It is not true that people become liars without knowing it. A liar always knows he is lying, and that is why liars travel in packs: in order to be reassured that the judgment day will never come for them (James Baldwin, No Name In the Street, 1972).
This is the best book by James Baldwin I had never heard of.
If there’s one book I’ve read so far in all that James Baldwin has written that, more than any other, just sticks its finger in the eye of the White America, grapples onto its body and refuses to let go until it’s been heard, it is No Name in the Street.
Also, if you were a fan of last year’s I Am Not Your Negro, this is the place that a lot of those narrated passages came from–sequences about the deaths of Malcolm X, Martin Luther King and Medgar Evers, but also several of the extended, damning disquisitions about the moral bankruptcy of White America.
I’m definitely not the first to say this, but these are the words of a prophet. I don’t just mean “prophet” like “seer of the future,” but there is plenty of that. Consider this passage, which does way, way more, in my mind anyway, to make sense of the Trump election and “Make America Great Again” than any number of “we need to listen harder to poor white people’s demands”-type op-eds have done for me:
But for power truly to feel itself menaced, it must somehow sense itself in the presence of another power–or, more accurately, an energy–which it has not known how to define and therefore does not really know how to control. For a very long time, for example, America prospered–or seemed to prosper: this prosperity cost millions of people their lives. Now, not even the people who are the most spectacular recipients of the benefits of this prosperity are able to endure these benefits: they can never understand them nor do without them, nor can they go beyond them. Above all, they cannot, or dare not, assess or imagine the price paid by their victims, or subjects, for this way of life, and so they cannot afford to know why the victims are revolting. They are forced, then, to the conclusion that the victims–the barbarians–are revolting against all established civilized values–which is both true and not true–and, in order to preserve these values, however stifling and joyless these values have caused their lives to be, the bulk of people desperately seek out representatives who are prepared to make up in cruelty what both they and the people lack in imagination.
It is difficult to describe the overall feeling this book generates: Baldwin moves freely from directly autobiographical summary of encounters with both famous and unknown people and places, and then organically moves toward epic denunciations of the United States and the West. And that back-and-forth works – this is a Jeremiad of the first rate.

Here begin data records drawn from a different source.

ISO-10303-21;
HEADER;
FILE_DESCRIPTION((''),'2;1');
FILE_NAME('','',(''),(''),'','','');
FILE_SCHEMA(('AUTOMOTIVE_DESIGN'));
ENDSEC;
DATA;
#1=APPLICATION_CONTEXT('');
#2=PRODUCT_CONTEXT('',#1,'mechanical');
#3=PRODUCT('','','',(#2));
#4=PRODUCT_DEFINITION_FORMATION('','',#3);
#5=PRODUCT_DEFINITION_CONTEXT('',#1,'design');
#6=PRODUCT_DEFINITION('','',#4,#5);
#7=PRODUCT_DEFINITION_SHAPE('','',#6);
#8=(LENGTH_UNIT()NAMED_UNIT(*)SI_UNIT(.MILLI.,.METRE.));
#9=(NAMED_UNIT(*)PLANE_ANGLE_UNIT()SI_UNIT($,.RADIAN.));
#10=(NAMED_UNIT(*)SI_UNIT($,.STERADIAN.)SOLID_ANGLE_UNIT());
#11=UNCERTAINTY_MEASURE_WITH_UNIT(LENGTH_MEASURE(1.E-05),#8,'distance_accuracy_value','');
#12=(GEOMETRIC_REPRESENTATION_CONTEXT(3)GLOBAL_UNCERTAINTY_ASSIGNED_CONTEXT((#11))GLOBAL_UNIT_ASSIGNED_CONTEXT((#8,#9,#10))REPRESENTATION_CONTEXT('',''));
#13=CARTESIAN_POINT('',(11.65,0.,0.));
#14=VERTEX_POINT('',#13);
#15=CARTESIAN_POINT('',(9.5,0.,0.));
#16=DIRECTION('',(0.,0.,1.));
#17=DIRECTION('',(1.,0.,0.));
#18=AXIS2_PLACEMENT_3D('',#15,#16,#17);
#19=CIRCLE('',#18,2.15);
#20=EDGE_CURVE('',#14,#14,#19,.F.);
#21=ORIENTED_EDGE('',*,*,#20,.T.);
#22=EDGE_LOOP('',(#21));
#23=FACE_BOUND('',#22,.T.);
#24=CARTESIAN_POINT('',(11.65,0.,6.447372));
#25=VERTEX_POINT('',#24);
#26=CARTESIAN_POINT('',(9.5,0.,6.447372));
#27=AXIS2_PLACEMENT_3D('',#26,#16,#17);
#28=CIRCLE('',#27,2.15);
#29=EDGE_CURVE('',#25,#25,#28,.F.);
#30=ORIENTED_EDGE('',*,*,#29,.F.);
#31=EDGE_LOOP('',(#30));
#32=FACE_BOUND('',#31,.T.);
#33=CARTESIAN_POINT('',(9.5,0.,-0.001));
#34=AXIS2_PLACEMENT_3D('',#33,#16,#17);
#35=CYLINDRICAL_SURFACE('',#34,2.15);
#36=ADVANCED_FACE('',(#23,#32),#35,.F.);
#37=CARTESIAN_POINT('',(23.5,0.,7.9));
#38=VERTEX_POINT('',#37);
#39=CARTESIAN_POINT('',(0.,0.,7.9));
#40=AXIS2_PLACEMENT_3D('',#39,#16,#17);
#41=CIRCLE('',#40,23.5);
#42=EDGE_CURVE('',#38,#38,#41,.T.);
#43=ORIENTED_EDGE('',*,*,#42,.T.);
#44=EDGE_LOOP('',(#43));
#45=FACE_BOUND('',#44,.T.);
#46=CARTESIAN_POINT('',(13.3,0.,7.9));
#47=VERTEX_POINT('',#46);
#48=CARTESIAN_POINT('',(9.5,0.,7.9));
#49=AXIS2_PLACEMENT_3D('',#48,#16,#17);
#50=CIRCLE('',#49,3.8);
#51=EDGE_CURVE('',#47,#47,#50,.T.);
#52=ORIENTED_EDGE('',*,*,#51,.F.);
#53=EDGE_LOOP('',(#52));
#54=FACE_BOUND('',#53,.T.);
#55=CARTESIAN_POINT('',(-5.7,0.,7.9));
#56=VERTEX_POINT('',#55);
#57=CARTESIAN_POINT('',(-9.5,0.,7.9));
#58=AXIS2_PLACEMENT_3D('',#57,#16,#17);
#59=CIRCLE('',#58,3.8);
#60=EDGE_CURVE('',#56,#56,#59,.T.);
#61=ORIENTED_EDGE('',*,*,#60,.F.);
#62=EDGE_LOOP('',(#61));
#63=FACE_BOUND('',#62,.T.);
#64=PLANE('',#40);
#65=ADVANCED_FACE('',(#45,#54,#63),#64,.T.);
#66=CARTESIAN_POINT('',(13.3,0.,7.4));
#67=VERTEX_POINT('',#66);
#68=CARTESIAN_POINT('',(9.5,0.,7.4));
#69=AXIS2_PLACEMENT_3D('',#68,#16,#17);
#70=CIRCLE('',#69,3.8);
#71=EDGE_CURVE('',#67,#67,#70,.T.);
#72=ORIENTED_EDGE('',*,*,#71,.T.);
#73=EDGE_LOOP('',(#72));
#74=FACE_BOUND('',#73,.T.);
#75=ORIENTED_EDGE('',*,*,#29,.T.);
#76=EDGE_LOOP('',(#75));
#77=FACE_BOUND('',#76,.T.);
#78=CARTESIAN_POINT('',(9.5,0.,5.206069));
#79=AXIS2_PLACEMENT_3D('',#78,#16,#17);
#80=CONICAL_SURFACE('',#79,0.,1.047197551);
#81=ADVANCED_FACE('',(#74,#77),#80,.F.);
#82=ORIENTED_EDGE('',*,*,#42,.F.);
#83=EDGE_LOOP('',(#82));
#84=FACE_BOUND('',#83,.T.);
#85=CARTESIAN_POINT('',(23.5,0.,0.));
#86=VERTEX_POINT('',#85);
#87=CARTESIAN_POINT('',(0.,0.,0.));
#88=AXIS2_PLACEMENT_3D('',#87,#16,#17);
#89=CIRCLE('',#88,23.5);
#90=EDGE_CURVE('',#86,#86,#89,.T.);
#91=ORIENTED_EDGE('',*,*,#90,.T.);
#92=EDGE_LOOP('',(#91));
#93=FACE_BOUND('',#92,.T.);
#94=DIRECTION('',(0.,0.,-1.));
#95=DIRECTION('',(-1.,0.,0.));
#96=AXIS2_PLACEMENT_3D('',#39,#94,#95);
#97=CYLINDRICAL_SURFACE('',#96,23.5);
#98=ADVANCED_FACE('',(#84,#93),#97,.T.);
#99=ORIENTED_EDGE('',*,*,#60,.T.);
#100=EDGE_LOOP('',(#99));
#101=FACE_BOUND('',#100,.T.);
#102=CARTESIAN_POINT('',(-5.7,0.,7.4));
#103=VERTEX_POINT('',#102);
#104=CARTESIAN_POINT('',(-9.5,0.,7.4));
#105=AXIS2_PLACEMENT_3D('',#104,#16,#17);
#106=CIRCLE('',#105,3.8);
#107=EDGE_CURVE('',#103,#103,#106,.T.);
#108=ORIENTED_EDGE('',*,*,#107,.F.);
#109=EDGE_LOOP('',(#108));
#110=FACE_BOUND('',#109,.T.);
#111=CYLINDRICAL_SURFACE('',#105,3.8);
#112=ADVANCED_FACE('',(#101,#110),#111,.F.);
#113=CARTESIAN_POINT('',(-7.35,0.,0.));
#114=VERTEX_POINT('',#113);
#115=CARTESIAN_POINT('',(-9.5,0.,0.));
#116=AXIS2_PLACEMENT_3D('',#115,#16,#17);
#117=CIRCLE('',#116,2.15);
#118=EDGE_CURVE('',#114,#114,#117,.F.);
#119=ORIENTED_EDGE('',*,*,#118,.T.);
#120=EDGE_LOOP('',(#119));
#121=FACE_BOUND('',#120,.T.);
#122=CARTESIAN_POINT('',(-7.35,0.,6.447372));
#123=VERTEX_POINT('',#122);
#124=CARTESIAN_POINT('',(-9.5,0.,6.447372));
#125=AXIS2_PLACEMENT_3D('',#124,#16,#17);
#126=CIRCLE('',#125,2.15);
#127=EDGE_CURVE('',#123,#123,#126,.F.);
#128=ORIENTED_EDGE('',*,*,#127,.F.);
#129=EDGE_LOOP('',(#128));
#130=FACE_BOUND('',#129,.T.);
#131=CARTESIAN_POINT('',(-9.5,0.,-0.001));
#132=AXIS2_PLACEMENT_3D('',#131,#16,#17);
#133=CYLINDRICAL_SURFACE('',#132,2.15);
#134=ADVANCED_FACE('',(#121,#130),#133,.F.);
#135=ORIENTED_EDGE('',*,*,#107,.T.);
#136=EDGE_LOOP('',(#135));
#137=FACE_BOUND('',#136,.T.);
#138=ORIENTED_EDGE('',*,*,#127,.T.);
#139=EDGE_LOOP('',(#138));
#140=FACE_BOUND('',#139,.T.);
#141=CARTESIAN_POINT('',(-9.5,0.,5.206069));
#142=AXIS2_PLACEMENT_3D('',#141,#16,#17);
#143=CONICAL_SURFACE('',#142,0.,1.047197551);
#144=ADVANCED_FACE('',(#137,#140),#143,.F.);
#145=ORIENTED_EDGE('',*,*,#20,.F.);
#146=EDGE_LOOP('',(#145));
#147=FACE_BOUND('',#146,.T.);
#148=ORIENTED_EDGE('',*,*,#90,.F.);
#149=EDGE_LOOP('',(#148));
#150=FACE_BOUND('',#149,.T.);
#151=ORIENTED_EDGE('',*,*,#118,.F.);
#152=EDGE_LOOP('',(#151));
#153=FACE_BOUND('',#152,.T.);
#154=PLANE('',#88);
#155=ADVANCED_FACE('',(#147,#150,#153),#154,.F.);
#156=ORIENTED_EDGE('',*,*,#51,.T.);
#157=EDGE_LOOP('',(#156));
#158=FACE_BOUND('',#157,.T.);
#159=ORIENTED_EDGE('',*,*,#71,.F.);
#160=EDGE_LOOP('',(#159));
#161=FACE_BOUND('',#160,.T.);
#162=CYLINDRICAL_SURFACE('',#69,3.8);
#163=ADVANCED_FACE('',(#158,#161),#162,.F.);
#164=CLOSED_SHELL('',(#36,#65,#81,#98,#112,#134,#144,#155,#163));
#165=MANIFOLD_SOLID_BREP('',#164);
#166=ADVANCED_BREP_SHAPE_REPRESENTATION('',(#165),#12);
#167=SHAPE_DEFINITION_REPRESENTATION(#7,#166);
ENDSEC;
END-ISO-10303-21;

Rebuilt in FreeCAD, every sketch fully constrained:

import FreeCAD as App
import Part
import Sketcher
Q = App.Units.Quantity


def add_polygon(sketch, points):
    """Adds a closed chain of lines whose ends are joined by coincident constraints."""
    first, n = sketch.GeometryCount, len(points)
    for a, b in zip(points, points[1:] + points[:1]):
        sketch.addGeometry(Part.LineSegment(App.Vector(*a, 0), App.Vector(*b, 0)), False)
    for i in range(n):
        sketch.addConstraint(Sketcher.Constraint("Coincident", first + i, 2, first + (i + 1) % n, 1))

doc = App.newDocument("Part")
body = doc.addObject("PartDesign::Body", "Body")

# Sketch on XY plane
sketch1 = body.newObject("Sketcher::SketchObject", "Sketch")
sketch1.AttachmentSupport = (doc.getObject("XY_Plane"), [""])
sketch1.MapMode = "FlatFace"
sketch1.addGeometry(Part.Circle(App.Vector(0, 0, 0), App.Vector(0, 0, 1), 24), False)
sketch1.addConstraint([
    Sketcher.Constraint("Coincident", 0, 3, -1, 1),
    Sketcher.Constraint("Diameter", 0, 47.0),
])
pad1 = body.newObject("PartDesign::Pad", "Pad")
pad1.Profile = sketch1
pad1.Length = 7.9

# Sketch on XY plane
sketch2 = body.newObject("Sketcher::SketchObject", "Sketch001")
sketch2.AttachmentSupport = (doc.getObject("XY_Plane"), [""])
sketch2.MapMode = "FlatFace"
sketch2.AttachmentOffset = App.Placement(App.Vector(0, 0, 7.9), App.Rotation())
sketch2.addGeometry(Part.Circle(App.Vector(-9.5, 0, 0), App.Vector(0, 0, 1), 2.1), False)
sketch2.addConstraint([
    Sketcher.Constraint("PointOnObject", 0, 3, -1),
    Sketcher.Constraint("Diameter", 0, 4.3),
    Sketcher.Constraint("DistanceX", 0, 3, -1, 1, 9.5),
])
pocket1 = body.newObject("PartDesign::Pocket", "Pocket")
pocket1.Profile = sketch2
pocket1.Type = "UpToFirst"

# Sketch on XY plane
sketch3 = body.newObject("Sketcher::SketchObject", "Sketch002")
sketch3.AttachmentSupport = (doc.getObject("XY_Plane"), [""])
sketch3.MapMode = "FlatFace"
sketch3.AttachmentOffset = App.Placement(App.Vector(0, 0, 7.9), App.Rotation())
sketch3.addGeometry(Part.Circle(App.Vector(9.5, 0, 0), App.Vector(0, 0, 1), 2.1), False)
sketch3.addConstraint([
    Sketcher.Constraint("PointOnObject", 0, 3, -1),
    Sketcher.Constraint("Diameter", 0, 4.3),
    Sketcher.Constraint("DistanceX", -1, 1, 0, 3, 9.5),
])
pocket2 = body.newObject("PartDesign::Pocket", "Pocket001")
pocket2.Profile = sketch3
pocket2.Type = "UpToFirst"

# Sketch on XY plane
sketch4 = body.newObject("Sketcher::SketchObject", "Sketch003")
sketch4.AttachmentSupport = (doc.getObject("XY_Plane"), [""])
sketch4.MapMode = "FlatFace"
sketch4.AttachmentOffset = App.Placement(App.Vector(0, 0, 7.9), App.Rotation())
sketch4.addGeometry([
    Part.Circle(App.Vector(-9.5, 0, 0), App.Vector(0, 0, 1), 3.8),
    Part.Circle(App.Vector(9.5, 0, 0), App.Vector(0, 0, 1), 3.8),
], False)
sketch4.addConstraint([
    Sketcher.Constraint("Equal", 0, 1),
    Sketcher.Constraint("Symmetric", 0, 3, 1, 3, -1, 1),
    Sketcher.Constraint("PointOnObject", 0, 3, -1),
    Sketcher.Constraint("Diameter", 0, 7.6),
    Sketcher.Constraint("DistanceX", 0, 3, 1, 3, 19.0),
])
pocket3 = body.newObject("PartDesign::Pocket", "Pocket002")
pocket3.Profile = sketch4
pocket3.Length = 0.5

# Sketch on XZ plane
sketch5 = body.newObject("Sketcher::SketchObject", "Sketch004")
sketch5.AttachmentSupport = (doc.getObject("XZ_Plane"), [""])
sketch5.MapMode = "FlatFace"
add_polygon(sketch5, [(9.5, 7.4), (9.5, 5.2), (5.7, 7.4)])  # lines 0-2
sketch5.addGeometry(Part.LineSegment(App.Vector(9.5, 7.4, 0), App.Vector(9.5, 5.2, 0)), True)  # axis
sketch5.addConstraint([
    Sketcher.Constraint("Vertical", 0),
    Sketcher.Constraint("Horizontal", 2),
    Sketcher.Constraint("Vertical", 3),
    Sketcher.Constraint("Coincident", 3, 1, 2, 2),
    Sketcher.Constraint("Equal", 0, 3),
    Sketcher.Constraint("Angle", 1, Q("150 deg")),
    Sketcher.Constraint("DistanceX", 2, 1, 2, 2, 3.8),
    Sketcher.Constraint("DistanceX", -1, 1, 0, 2, 9.5),
    Sketcher.Constraint("DistanceY", -1, 1, 1, 2, 7.4),
])
groove = body.newObject("PartDesign::Groove", "Groove")
groove.Profile = sketch5
groove.ReferenceAxis = (sketch5, ["Axis0"])
groove.Angle = 360

# Sketch on XZ plane
sketch6 = body.newObject("Sketcher::SketchObject", "Sketch005")
sketch6.AttachmentSupport = (doc.getObject("XZ_Plane"), [""])
sketch6.MapMode = "FlatFace"
add_polygon(sketch6, [(-9.5, 7.4), (-9.5, 5.2), (-13.3, 7.4)])  # lines 0-2
sketch6.addGeometry(Part.LineSegment(App.Vector(-9.5, 7.4, 0), App.Vector(-9.5, 5.2, 0)), True)  # axis
sketch6.addConstraint([
    Sketcher.Constraint("Vertical", 0),
    Sketcher.Constraint("Horizontal", 2),
    Sketcher.Constraint("Vertical", 3),
    Sketcher.Constraint("Coincident", 3, 1, 2, 2),
    Sketcher.Constraint("Equal", 0, 3),
    Sketcher.Constraint("Angle", 1, Q("150 deg")),
    Sketcher.Constraint("DistanceX", 2, 1, 2, 2, 3.8),
    Sketcher.Constraint("DistanceX", 0, 2, -1, 1, 9.5),
    Sketcher.Constraint("DistanceY", -1, 1, 1, 2, 7.4),
])
groove2 = body.newObject("PartDesign::Groove", "Groove001")
groove2.Profile = sketch6
groove2.ReferenceAxis = (sketch6, ["Axis0"])
groove2.Angle = 360

doc.recompute()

There is a continual focus on the sexual aspect of white supremacy, something else that also anticipates Trumpism and was written at least 50 years before the Access Hollywood tape. This passage grows out of Baldwin’s account of being groped by a southern white politician:
In the case of American slavery, the black man’s right to his women, as well as to his children, was simply taken from him and whatever bastards the white man begat on the bodies of black women took their condition from the condition of their mother: blacks were not the only stallions on the slave-breeding farms! And one of the many results of this loveless, money-making conspiracy was that, in giving the masters every conceivable sexual and unknown license, it also emasculated them of any human responsibility–to their women, to their children, to their wives, or to themselves. The results of this blasphemy resound in this country, on every private and public level, until this hour. When the man grabbed [me]… I watched his eyes, thinking, with great sorrow, the unexamined life is not worth living. The despair among the loveless is that they much narcotize themselves before they can touch any human being at all. They, then, fatally, touch the wrong person, not merely because they have gone blind or have lost the sense of touch, but because they no longer have any way of knowing that any loveless touch is a violation… When the loveless come to power, or when sexual despair comes to power, the sexuality of the object is either a threat or a fantasy.
The only real way I can find to write about this book, apparently, is to put long quotations onto the page and insist that you read them – not usually a successful writing strategy. So I’ll leave it at that.
One final idea: Baldwin wrote this after Medgar Evers, Martin Luther King and Malcolm X had all been killed. There is a deep despair between the pages of this book that would seem in some ways (though not all) to say that Baldwin had given up hope when he wrote it. These deaths moved Baldwin deeply on a personal level, beyond just their impacts as the deaths of public activists–these were all people Baldwin had gotten to know personally.
And No Name on the Street is, in many ways, a sequel to The Fire Next Time. That book was written in two sections – “My Dungeon Shook” and “Down at the Cross.” No Name on the Street uses what would seem to be more optimistic imagery in titling its two sections. Part one is named “Take Me to the Water”; Part 2 “To Be Baptized.” Just on first reading I can’t tell what sort of irony is intended, but still, my impression is, not that much, and that Baldwin thinks deep in his soul that some kind of transformation of our entire country, and therefore our world, is possible, even if extremely unlikely.